+++ Stored data

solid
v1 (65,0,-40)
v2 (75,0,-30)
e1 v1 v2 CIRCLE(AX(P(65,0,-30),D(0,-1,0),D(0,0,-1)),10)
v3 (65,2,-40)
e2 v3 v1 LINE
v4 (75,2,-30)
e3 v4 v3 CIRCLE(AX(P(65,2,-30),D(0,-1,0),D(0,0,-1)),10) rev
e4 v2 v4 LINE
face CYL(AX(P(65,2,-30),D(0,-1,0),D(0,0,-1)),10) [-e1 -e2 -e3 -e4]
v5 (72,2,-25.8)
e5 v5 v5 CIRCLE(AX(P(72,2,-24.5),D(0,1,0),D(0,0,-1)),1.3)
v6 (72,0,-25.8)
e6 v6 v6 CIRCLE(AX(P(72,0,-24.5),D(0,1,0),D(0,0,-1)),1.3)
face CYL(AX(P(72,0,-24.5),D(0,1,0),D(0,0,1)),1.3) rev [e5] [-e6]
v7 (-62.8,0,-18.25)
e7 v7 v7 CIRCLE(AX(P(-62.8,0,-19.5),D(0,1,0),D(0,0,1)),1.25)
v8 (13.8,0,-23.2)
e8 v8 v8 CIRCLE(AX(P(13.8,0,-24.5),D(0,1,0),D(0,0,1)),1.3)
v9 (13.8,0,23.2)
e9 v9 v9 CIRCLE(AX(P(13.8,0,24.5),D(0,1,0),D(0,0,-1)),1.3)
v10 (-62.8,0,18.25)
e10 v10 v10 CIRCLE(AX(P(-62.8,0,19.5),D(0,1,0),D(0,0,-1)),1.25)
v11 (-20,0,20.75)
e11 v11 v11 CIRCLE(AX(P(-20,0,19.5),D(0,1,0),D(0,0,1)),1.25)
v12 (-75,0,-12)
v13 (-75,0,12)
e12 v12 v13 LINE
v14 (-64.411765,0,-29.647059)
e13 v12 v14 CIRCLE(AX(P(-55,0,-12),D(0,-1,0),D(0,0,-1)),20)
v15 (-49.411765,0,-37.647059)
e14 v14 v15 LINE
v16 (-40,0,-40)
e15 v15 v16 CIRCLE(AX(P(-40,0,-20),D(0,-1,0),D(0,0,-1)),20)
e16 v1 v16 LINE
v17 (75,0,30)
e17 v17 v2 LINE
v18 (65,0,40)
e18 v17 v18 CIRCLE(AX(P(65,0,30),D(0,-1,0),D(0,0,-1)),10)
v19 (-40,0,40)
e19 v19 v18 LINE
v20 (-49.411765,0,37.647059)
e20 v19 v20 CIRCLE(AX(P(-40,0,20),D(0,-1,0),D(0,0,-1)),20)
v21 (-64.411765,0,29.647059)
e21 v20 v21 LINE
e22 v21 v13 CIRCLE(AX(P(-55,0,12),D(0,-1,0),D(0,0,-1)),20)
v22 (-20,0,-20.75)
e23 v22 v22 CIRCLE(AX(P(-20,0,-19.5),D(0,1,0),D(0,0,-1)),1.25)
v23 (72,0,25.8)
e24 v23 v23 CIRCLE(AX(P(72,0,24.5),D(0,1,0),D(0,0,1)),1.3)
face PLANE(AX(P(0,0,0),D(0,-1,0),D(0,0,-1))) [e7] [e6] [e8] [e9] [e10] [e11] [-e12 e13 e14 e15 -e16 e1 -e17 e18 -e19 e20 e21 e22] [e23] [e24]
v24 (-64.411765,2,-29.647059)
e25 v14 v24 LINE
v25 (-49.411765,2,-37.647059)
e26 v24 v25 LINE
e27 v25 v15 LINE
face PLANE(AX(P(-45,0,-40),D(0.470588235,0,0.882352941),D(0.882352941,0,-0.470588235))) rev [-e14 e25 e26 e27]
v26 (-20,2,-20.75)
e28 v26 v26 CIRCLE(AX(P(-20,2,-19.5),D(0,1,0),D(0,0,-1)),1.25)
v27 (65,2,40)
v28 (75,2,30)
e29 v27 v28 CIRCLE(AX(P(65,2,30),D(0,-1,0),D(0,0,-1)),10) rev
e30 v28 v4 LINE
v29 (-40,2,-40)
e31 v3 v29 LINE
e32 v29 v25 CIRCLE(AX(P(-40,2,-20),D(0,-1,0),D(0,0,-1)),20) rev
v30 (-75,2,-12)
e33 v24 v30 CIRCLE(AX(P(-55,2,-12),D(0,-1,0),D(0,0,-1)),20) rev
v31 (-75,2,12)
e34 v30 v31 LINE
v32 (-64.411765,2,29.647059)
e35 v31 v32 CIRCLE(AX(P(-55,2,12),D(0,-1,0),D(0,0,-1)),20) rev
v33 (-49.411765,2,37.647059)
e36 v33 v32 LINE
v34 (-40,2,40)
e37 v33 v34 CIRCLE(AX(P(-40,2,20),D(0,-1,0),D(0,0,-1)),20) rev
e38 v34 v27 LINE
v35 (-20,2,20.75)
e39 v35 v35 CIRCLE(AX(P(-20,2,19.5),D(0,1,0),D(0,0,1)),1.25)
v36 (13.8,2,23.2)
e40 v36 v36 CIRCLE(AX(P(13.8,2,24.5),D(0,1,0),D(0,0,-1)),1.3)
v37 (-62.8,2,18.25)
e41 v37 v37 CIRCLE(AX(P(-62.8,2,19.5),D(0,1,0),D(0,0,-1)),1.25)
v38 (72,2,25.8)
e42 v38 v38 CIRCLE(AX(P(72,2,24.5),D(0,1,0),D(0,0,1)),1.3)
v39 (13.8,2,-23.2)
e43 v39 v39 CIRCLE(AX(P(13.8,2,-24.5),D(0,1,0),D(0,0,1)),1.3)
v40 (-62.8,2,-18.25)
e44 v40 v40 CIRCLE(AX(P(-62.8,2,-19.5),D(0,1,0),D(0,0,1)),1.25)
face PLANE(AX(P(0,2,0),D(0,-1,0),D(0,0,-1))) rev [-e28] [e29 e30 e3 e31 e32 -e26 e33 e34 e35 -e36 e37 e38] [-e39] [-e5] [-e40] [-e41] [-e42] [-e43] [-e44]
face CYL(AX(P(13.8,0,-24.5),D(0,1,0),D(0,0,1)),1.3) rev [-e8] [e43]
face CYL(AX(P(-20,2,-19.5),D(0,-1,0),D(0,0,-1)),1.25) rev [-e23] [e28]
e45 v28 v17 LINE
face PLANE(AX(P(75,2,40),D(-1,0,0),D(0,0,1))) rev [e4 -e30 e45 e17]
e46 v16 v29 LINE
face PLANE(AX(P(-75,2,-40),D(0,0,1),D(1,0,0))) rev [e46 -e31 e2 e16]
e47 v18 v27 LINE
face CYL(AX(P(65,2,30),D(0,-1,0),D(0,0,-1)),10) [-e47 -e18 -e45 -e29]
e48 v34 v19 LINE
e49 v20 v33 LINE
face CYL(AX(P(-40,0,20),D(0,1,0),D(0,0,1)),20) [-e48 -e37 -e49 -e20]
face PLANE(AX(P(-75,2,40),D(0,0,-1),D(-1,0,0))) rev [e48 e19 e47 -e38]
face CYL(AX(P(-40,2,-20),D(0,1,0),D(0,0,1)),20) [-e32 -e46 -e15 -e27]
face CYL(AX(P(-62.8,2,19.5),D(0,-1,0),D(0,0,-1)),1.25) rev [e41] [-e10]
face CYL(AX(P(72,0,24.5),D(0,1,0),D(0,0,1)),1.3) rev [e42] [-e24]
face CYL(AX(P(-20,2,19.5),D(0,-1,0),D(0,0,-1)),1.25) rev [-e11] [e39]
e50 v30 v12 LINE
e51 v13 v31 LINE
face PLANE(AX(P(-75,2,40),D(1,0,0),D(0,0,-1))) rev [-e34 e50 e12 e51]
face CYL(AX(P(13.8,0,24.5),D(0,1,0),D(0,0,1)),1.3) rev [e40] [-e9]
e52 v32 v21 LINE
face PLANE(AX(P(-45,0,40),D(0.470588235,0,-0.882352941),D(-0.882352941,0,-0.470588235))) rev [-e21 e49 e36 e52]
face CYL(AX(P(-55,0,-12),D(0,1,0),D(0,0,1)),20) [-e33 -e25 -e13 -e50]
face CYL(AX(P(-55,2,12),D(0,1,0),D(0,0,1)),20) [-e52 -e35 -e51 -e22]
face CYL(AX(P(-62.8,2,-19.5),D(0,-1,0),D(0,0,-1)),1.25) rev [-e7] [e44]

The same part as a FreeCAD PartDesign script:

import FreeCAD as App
import Part
import Sketcher


def edges_at(feature, points):
    """Names of the edges that pass closest to the given points."""
    edges = feature.Shape.Edges
    near = lambda p: min(range(len(edges)), key=lambda i: edges[i].distToShape(Part.Vertex(*p))[0])
    return sorted({f"Edge{near(p) + 1}" for p in points})


def add_polygon(sketch, points):
    """Adds a closed chain of lines whose ends are joined by coincident constraints."""
    first, n = sketch.GeometryCount, len(points)
    for a, b in zip(points, points[1:] + points[:1]):
        sketch.addGeometry(Part.LineSegment(App.Vector(*a, 0), App.Vector(*b, 0)), False)
    for i in range(n):
        sketch.addConstraint(Sketcher.Constraint("Coincident", first + i, 2, first + (i + 1) % n, 1))

doc = App.newDocument("Part")
body = doc.addObject("PartDesign::Body", "Body")

sketch1 = doc.addObject("Sketcher::SketchObject", "Sketch")
body.addObject(sketch1)
sketch1.AttachmentSupport = (doc.XZ_Plane, [""])
sketch1.MapMode = "FlatFace"
add_polygon(sketch1, [(-75, -40), (-75, 40), (75, 40), (75, -40)])
sketch1.addGeometry(Part.Circle(App.Vector(-62.8, 19.5, 0), App.Vector(0, 0, 1), 1.25), False)
sketch1.addGeometry(Part.Circle(App.Vector(-20, 19.5, 0), App.Vector(0, 0, 1), 1.25), False)
sketch1.addGeometry(Part.Circle(App.Vector(-62.8, -19.5, 0), App.Vector(0, 0, 1), 1.25), False)
sketch1.addGeometry(Part.Circle(App.Vector(-20, -19.5, 0), App.Vector(0, 0, 1), 1.25), False)
sketch1.addConstraint([
    Sketcher.Constraint("Vertical", 0),
    Sketcher.Constraint("Horizontal", 1),
    Sketcher.Constraint("Vertical", 2),
    Sketcher.Constraint("Horizontal", 3),
    Sketcher.Constraint("Equal", 4, 5),
    Sketcher.Constraint("Equal", 5, 6),
    Sketcher.Constraint("Equal", 6, 7),
    Sketcher.Constraint("Symmetric", 0, 2, 2, 2, -1, 1),
    Sketcher.Constraint("Symmetric", 4, 3, 6, 3, -1),
    Sketcher.Constraint("Symmetric", 5, 3, 7, 3, -1),
    Sketcher.Constraint("Horizontal", 4, 3, 5, 3),
    Sketcher.Constraint("Diameter", 4, 2.5),
    Sketcher.Constraint("DistanceX", 1, 1, 1, 2, 150.0),
    Sketcher.Constraint("DistanceY", 0, 1, 0, 2, 80.0),
    Sketcher.Constraint("DistanceX", 5, 3, -1, 1, 20.0),
    Sketcher.Constraint("DistanceY", 6, 3, 4, 3, 39.0),
    Sketcher.Constraint("DistanceX", 4, 3, -1, 1, 62.8),
])
pad1 = doc.addObject("PartDesign::Pad", "Pad")
body.addObject(pad1)
pad1.Profile = sketch1
pad1.Length = 2
pad1.Reversed = True

sketch2 = doc.addObject("Sketcher::SketchObject", "Sketch001")
body.addObject(sketch2)
sketch2.AttachmentSupport = (doc.XZ_Plane, [""])
sketch2.MapMode = "FlatFace"
sketch2.AttachmentOffset = App.Placement(App.Vector(0, 0, -2), App.Rotation())
sketch2.addGeometry([
    Part.Circle(App.Vector(13.8, -24.5, 0), App.Vector(0, 0, 1), 1.3),
    Part.Circle(App.Vector(72, -24.5, 0), App.Vector(0, 0, 1), 1.3),
    Part.Circle(App.Vector(13.8, 24.5, 0), App.Vector(0, 0, 1), 1.3),
    Part.Circle(App.Vector(72, 24.5, 0), App.Vector(0, 0, 1), 1.3),
], False)
sketch2.addConstraint([
    Sketcher.Constraint("Equal", 0, 1),
    Sketcher.Constraint("Equal", 1, 2),
    Sketcher.Constraint("Equal", 2, 3),
    Sketcher.Constraint("Symmetric", 0, 3, 2, 3, -1),
    Sketcher.Constraint("Symmetric", 1, 3, 3, 3, -1),
    Sketcher.Constraint("Horizontal", 0, 3, 1, 3),
    Sketcher.Constraint("Diameter", 0, 2.6),
    Sketcher.Constraint("DistanceX", -1, 1, 1, 3, 72.0),
    Sketcher.Constraint("DistanceY", 0, 3, 2, 3, 49.0),
    Sketcher.Constraint("DistanceX", -1, 1, 0, 3, 13.8),
])
pocket1 = doc.addObject("PartDesign::Pocket", "Pocket")
body.addObject(pocket1)
pocket1.Profile = sketch2
pocket1.Length = 2
pocket1.Reversed = True

sketch3 = doc.addObject("Sketcher::SketchObject", "Sketch002")
body.addObject(sketch3)
sketch3.AttachmentSupport = (doc.XZ_Plane, [""])
sketch3.MapMode = "FlatFace"
sketch3.AttachmentOffset = App.Placement(App.Vector(0, 0, -2), App.Rotation())
add_polygon(sketch3, [(-45, -40), (-75, -40), (-75, -24)])
add_polygon(sketch3, [(-45, 40), (-75, 24), (-75, 40)])
sketch3.addConstraint([
    Sketcher.Constraint("Horizontal", 0),
    Sketcher.Constraint("Vertical", 1),
    Sketcher.Constraint("Vertical", 4),
    Sketcher.Constraint("Horizontal", 5),
    Sketcher.Constraint("Symmetric", 1, 2, 3, 2, -1),
    Sketcher.Constraint("Symmetric", 2, 2, 5, 2, -1),
    Sketcher.Constraint("DistanceX", 0, 2, 0, 1, 30.0),
    Sketcher.Constraint("DistanceY", 1, 1, 1, 2, 16.0),
    Sketcher.Constraint("DistanceX", 0, 2, -1, 1, 75.0),
    Sketcher.Constraint("DistanceY", 0, 2, -1, 1, 40.0),
])
pocket2 = doc.addObject("PartDesign::Pocket", "Pocket001")
body.addObject(pocket2)
pocket2.Profile = sketch3
pocket2.Length = 2
pocket2.Reversed = True
doc.recompute()

fillet = doc.addObject("PartDesign::Fillet", "Fillet")
body.addObject(fillet)
fillet.Base = (pocket2, edges_at(pocket2, [
    (-75, 1, -24),
    (-45, 1, -40),
    (-45, 1, 40),
    (-75, 1, 24),
]))
fillet.Radius = 20
doc.recompute()

fillet2 = doc.addObject("PartDesign::Fillet", "Fillet001")
body.addObject(fillet2)
fillet2.Base = (fillet, edges_at(fillet, [(75, 1, 40), (75, 1, -40)]))
fillet2.Radius = 10

doc.recompute()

++++++

* Work to be completed: From the entries above, write out only the lines starting at the line that holds "e28 v26 v26" and ending at the line that holds "v30 (-75,2,-12)", keeping both and matching them exactly.

* Your solution:
e28 v26 v26 CIRCLE(AX(P(-20,2,-19.5),D(0,1,0),D(0,0,-1)),1.25)
v27 (65,2,40)
v28 (75,2,30)
e29 v27 v28 CIRCLE(AX(P(65,2,30),D(0,-1,0),D(0,0,-1)),10) rev
e30 v28 v4 LINE
v29 (-40,2,-40)
e31 v3 v29 LINE
e32 v29 v25 CIRCLE(AX(P(-40,2,-20),D(0,-1,0),D(0,0,-1)),20) rev
v30 (-75,2,-12)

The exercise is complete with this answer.